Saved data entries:

--- START ---

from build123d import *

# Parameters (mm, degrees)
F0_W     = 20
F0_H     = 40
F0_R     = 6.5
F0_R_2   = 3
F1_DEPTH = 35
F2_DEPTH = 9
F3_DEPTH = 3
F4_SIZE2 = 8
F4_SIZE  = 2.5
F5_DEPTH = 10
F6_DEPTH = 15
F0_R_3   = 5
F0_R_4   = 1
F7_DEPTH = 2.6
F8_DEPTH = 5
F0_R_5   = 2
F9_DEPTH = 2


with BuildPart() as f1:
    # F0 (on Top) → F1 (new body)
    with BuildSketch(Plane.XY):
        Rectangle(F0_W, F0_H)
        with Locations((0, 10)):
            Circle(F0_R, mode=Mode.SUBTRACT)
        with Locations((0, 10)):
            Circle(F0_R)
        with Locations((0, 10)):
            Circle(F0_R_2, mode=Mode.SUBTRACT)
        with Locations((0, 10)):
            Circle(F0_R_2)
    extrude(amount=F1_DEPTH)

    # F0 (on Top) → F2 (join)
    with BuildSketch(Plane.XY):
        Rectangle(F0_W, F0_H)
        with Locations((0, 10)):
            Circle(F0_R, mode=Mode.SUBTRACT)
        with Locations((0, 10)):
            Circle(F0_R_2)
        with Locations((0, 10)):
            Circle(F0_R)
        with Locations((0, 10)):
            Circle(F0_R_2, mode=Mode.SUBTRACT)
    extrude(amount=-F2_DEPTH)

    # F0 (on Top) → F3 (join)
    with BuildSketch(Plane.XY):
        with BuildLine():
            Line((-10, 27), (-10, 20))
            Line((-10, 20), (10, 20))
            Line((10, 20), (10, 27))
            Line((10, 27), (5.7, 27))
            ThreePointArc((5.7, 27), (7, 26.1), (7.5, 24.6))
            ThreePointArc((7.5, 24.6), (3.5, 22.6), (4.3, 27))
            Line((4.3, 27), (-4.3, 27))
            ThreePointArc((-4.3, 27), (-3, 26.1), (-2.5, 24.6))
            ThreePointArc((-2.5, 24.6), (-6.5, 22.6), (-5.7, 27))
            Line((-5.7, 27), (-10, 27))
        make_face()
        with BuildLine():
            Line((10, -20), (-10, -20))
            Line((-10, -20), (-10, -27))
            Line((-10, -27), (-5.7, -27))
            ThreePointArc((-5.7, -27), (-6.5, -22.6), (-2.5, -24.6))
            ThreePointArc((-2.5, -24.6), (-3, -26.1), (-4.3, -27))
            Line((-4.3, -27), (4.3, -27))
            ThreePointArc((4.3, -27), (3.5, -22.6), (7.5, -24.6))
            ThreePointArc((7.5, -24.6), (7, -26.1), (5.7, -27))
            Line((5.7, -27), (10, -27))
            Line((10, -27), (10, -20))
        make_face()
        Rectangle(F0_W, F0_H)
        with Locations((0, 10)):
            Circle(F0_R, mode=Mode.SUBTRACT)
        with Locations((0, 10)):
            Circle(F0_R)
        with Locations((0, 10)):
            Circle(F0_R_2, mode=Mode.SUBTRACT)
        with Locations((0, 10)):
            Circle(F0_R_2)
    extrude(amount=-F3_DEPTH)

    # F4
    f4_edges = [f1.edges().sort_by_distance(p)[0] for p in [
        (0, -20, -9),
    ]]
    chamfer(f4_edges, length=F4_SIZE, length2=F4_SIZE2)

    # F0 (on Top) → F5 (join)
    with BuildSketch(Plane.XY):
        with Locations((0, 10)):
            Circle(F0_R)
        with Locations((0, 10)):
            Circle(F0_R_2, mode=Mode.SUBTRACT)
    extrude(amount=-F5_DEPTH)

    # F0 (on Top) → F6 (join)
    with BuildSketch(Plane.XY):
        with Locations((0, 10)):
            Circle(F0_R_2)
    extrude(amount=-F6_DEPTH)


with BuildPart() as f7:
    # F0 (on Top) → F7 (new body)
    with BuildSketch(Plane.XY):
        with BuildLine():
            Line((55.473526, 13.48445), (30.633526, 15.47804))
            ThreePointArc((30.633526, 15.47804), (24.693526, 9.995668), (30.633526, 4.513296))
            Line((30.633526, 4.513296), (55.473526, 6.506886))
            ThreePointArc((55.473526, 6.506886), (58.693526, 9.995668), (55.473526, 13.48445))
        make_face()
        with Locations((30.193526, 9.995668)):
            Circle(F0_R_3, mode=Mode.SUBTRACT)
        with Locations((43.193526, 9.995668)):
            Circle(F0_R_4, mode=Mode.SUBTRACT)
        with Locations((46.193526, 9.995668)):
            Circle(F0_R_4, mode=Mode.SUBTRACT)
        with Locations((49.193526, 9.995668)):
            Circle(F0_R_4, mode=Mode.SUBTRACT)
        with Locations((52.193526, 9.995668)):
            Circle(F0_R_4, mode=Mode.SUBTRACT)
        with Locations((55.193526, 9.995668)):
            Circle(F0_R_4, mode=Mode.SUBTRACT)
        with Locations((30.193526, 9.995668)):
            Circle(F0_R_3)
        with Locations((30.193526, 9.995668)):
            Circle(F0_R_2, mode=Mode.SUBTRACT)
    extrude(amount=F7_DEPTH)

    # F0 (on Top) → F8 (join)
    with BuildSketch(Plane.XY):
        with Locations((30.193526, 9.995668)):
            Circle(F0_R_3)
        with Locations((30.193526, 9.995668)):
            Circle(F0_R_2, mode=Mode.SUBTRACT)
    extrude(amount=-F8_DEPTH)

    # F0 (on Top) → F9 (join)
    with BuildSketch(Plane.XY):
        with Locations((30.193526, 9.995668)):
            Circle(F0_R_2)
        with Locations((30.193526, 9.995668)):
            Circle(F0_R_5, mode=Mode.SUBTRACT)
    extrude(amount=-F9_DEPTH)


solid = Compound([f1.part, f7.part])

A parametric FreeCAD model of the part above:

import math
import FreeCAD as App
import Part
import Sketcher
from FreeCAD import Vector


def edges_at(feature, points):
    """Names of the edges that pass closest to the given points."""
    edges = feature.Shape.Edges
    near = lambda p: min(range(len(edges)), key=lambda i: edges[i].distToShape(Part.Vertex(*p))[0])
    return sorted({f"Edge{near(p) + 1}" for p in points})

doc = App.newDocument("Part")
body = doc.addObject("PartDesign::Body", "Body")

# Sketch on XY plane
sketch1 = body.newObject("Sketcher::SketchObject", "Sketch")
sketch1.AttachmentSupport = (doc.getObject("XY_Plane"), [""])
sketch1.MapMode = "FlatFace"
sketch1.addGeometry(Part.LineSegment(Vector(-10, 20, 0), Vector(-10, -20, 0)), False)
sketch1.addGeometry(Part.LineSegment(Vector(-10, -20, 0), Vector(10, -20, 0)), False)
sketch1.addGeometry(Part.LineSegment(Vector(10, -20, 0), Vector(10, 20, 0)), False)
sketch1.addGeometry(Part.LineSegment(Vector(10, 20, 0), Vector(-10, 20, 0)), False)
sketch1.addConstraint(Sketcher.Constraint("Coincident", 0, 2, 1, 1))
sketch1.addConstraint(Sketcher.Constraint("Coincident", 1, 2, 2, 1))
sketch1.addConstraint(Sketcher.Constraint("Coincident", 2, 2, 3, 1))
sketch1.addConstraint(Sketcher.Constraint("Coincident", 3, 2, 0, 1))
sketch1.addConstraint(Sketcher.Constraint("Vertical", 0))
sketch1.addConstraint(Sketcher.Constraint("Horizontal", 1))
sketch1.addConstraint(Sketcher.Constraint("Vertical", 2))
sketch1.addConstraint(Sketcher.Constraint("Horizontal", 3))
sketch1.addConstraint(Sketcher.Constraint("Symmetric", 0, 2, 2, 2, -1, 1))
sketch1.addConstraint(Sketcher.Constraint("DistanceX", 1, 1, 1, 2, 20.0))
sketch1.addConstraint(Sketcher.Constraint("DistanceY", 0, 2, 0, 1, 40.0))
pad1 = body.newObject("PartDesign::Pad", "Pad")
pad1.Profile = sketch1
pad1.Length = 35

--- END ---

* PROBLEM REQUIREMENTS
Return every line holding the word "amount" from the records.

* YOUR SOLUTION
    extrude(amount=F1_DEPTH)
    extrude(amount=-F2_DEPTH)
    extrude(amount=-F3_DEPTH)
    extrude(amount=-F5_DEPTH)
    extrude(amount=-F6_DEPTH)
    extrude(amount=F7_DEPTH)
    extrude(amount=-F8_DEPTH)
    extrude(amount=-F9_DEPTH)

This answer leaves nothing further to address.